Semiautomated and simultaneous analysis of the interleukin-10 gene microsatellites IL-10G and IL-10R by fluorescence-based polymerase chain reaction reveals significant differences in allele distributions between Caucasians (Germany) and Africans (Gabon)

Interleukin-10 (IL-10) is an important immunoregulatory cytokine influencing many aspects of the adaptive and inflammatory immune response. Two dinucleotide repeats have been identified in the 5'-UTR of IL-10 and shown to be useful genetic markers in several diseases. A simple, two-colour fluorescence assay was developed for determination of microsatellite fragment length by an automatic sequencer. Using this method polymorphisms at the IL-10G and IL-10R loci of the 5' flanking region of the IL-10 gene can be identified simultaneously. A unified standard nomenclature was applied to the known IL-10G and IL-10R microsatellites. The multiplex PCR approach was used to compare the allele frequencies in two independent donor groups from Germany (Caucasian), comprising 112 and 106 cases, respectively, and one group from Gabon (African) including 91 donors. Significant differences in the allele distribution were found. Both Caucasian populations tested showed no significant differences in their allele and genotype distribution.
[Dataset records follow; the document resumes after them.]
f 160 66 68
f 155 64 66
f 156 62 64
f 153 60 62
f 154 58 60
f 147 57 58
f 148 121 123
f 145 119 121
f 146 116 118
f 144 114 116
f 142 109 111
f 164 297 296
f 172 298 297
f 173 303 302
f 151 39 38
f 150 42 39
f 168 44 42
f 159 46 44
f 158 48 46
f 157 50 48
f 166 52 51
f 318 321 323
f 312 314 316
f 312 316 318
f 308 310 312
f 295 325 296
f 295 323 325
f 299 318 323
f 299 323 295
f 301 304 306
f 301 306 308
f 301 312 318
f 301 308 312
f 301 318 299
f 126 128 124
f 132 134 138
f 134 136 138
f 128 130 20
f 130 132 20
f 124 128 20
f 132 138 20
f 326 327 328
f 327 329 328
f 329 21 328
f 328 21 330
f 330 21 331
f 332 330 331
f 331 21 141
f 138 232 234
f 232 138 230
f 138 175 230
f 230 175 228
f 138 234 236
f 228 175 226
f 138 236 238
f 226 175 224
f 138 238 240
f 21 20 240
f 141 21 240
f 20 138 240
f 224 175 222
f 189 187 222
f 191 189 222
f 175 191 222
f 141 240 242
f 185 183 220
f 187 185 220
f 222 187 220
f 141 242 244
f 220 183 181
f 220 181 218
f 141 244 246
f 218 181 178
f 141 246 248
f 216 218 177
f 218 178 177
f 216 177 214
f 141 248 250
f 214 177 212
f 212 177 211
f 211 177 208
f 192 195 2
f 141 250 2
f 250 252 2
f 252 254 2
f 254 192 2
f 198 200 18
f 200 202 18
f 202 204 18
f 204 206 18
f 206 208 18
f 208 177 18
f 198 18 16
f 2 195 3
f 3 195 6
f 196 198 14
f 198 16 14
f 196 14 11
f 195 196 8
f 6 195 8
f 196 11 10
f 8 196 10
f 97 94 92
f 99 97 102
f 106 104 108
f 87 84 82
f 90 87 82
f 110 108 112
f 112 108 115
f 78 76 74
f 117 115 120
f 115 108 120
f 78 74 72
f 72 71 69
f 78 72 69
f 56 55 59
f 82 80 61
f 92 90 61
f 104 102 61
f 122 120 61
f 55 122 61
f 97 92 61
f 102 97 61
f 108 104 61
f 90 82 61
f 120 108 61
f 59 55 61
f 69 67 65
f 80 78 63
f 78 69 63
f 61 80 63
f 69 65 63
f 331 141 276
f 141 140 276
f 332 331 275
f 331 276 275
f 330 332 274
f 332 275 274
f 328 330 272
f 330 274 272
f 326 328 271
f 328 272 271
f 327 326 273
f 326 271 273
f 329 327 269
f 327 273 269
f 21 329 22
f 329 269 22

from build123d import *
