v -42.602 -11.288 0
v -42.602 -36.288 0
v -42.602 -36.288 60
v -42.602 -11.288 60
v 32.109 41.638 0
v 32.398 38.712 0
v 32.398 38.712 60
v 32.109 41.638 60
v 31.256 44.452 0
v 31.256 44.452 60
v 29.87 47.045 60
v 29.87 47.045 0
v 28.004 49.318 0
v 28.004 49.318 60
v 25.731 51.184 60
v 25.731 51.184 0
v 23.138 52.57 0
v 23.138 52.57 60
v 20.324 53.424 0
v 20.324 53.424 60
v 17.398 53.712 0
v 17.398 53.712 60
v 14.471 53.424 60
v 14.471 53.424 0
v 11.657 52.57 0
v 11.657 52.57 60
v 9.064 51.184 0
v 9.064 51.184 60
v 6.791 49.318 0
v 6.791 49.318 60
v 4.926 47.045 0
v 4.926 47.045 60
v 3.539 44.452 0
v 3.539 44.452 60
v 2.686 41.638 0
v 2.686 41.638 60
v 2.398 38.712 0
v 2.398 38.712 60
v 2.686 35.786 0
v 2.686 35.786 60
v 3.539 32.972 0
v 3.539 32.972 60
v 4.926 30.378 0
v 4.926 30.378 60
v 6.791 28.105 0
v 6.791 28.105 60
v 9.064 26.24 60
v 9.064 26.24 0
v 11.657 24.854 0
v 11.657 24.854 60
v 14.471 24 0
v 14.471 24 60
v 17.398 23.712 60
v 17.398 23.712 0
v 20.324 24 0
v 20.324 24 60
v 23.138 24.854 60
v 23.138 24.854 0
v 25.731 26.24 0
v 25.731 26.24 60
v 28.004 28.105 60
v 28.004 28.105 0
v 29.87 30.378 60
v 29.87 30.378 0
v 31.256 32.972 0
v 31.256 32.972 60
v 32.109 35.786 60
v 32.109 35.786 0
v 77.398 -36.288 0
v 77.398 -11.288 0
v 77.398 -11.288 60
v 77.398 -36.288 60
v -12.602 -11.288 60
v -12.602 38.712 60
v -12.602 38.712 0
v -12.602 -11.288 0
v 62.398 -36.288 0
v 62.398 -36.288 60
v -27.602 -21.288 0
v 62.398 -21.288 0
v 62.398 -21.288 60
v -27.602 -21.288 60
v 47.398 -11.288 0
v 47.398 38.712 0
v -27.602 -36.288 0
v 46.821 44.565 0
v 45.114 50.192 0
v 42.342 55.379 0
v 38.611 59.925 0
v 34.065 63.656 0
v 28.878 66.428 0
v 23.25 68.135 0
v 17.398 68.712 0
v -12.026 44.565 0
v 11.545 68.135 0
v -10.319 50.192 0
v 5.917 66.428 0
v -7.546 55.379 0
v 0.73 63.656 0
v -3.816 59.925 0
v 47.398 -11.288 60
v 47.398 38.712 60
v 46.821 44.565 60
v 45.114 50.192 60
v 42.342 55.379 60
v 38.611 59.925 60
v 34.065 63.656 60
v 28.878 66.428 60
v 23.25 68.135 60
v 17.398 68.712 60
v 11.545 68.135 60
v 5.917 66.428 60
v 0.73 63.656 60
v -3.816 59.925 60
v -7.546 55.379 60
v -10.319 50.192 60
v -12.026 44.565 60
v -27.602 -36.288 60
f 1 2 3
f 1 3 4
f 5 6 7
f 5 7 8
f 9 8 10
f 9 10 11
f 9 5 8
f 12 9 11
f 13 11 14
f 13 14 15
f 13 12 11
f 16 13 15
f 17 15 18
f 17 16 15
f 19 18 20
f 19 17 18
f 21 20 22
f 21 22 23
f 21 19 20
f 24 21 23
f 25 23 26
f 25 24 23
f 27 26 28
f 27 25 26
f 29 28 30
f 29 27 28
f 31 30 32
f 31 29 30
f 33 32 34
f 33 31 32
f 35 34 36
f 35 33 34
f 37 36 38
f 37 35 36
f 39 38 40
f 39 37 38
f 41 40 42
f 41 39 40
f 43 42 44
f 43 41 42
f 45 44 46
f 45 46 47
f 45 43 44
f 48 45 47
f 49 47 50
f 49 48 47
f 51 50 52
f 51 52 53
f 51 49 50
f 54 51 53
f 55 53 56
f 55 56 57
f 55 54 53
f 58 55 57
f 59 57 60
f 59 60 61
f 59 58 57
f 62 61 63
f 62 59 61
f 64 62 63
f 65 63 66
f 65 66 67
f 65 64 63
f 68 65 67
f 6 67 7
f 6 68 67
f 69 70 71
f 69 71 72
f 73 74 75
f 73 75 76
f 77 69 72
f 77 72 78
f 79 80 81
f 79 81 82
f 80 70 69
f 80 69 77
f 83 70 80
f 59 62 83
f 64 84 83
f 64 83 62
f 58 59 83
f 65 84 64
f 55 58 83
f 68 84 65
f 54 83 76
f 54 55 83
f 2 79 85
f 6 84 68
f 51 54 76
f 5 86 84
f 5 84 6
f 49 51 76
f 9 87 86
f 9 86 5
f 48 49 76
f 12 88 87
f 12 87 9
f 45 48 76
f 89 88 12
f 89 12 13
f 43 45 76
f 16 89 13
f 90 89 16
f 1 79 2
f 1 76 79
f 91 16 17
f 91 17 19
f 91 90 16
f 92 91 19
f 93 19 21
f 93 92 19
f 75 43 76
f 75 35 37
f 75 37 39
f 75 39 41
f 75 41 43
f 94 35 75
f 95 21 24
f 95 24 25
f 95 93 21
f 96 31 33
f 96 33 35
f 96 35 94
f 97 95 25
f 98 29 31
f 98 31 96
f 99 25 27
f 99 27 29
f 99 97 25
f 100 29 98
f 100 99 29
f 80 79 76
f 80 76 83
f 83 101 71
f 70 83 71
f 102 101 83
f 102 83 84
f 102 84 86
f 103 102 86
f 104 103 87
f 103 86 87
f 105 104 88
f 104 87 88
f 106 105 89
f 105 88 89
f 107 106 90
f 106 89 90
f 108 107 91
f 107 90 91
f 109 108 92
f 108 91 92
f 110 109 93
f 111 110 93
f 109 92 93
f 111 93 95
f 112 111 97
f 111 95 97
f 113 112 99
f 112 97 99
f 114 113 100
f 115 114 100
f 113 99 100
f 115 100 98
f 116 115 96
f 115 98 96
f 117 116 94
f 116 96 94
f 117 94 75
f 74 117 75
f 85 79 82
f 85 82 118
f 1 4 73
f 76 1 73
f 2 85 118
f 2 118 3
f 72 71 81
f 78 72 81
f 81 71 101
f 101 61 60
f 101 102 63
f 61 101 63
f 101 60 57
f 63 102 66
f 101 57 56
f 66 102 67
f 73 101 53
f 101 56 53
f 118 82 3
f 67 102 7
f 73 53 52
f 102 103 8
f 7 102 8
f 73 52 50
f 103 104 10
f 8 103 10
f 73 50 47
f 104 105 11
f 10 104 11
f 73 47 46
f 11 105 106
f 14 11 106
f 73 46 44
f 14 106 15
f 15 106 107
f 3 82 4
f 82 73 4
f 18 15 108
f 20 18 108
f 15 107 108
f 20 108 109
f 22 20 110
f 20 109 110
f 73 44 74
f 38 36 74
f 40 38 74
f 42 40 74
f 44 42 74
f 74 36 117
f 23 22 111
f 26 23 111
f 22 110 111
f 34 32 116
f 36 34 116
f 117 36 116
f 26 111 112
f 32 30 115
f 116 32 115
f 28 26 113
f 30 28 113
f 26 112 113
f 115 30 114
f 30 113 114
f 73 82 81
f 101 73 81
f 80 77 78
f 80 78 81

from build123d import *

# Parameters (mm, degrees)
SKETCH1_R           = 15
BOSS_EXTRUDE2_DEPTH = 60


with BuildPart() as part:
    # Sketch1 → Boss-Extrude2 (new body)
    # profile 1 of 2: a face of its own
    with BuildSketch(Plane.XY):
        with BuildLine():
            Line((-12.60240546, 38.711870299), (-12.60240546, -11.288129701))
            Line((-12.60240546, -11.288129701), (47.39759454, -11.288129701))
            Line((47.39759454, -11.288129701), (47.39759454, 38.711870299))
            ThreePointArc((47.39759454, 38.711870299), (17.39759454, 68.711870299), (-12.60240546, 38.711870299))
        make_face()
        with Locations((17.39759454, 38.711870299)):
            Circle(SKETCH1_R, mode=Mode.SUBTRACT)
    # profile 2 of 2: a face of its own
    with BuildSketch(Plane.XY):
        Polygon((-42.60240546, -11.288129701), (77.39759454, -11.288129701), (77.39759454, -36.288129701), (62.39759454, -36.288129701), (62.39759454, -21.288129701), (-27.60240546, -21.288129701), (-27.60240546, -36.288129701), (-42.60240546, -36.288129701), align=None)
    extrude(amount=BOSS_EXTRUDE2_DEPTH)


solid = part.part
Whereas in Africans, allele IL-10G25 is rare at 3% compared to 21% in Caucasian, alleles IL-10G22 and G23 are more prevalent in Africans than in Caucasians (22% versus 10% and 26% versus 7%, respectively). Within the IL-10R locus, the allele R13 was observed at 88% in the African group compared to 69% in Caucasians. These data may help immunogenetic studies in diseases, where IL-10 is thought to be deregulated.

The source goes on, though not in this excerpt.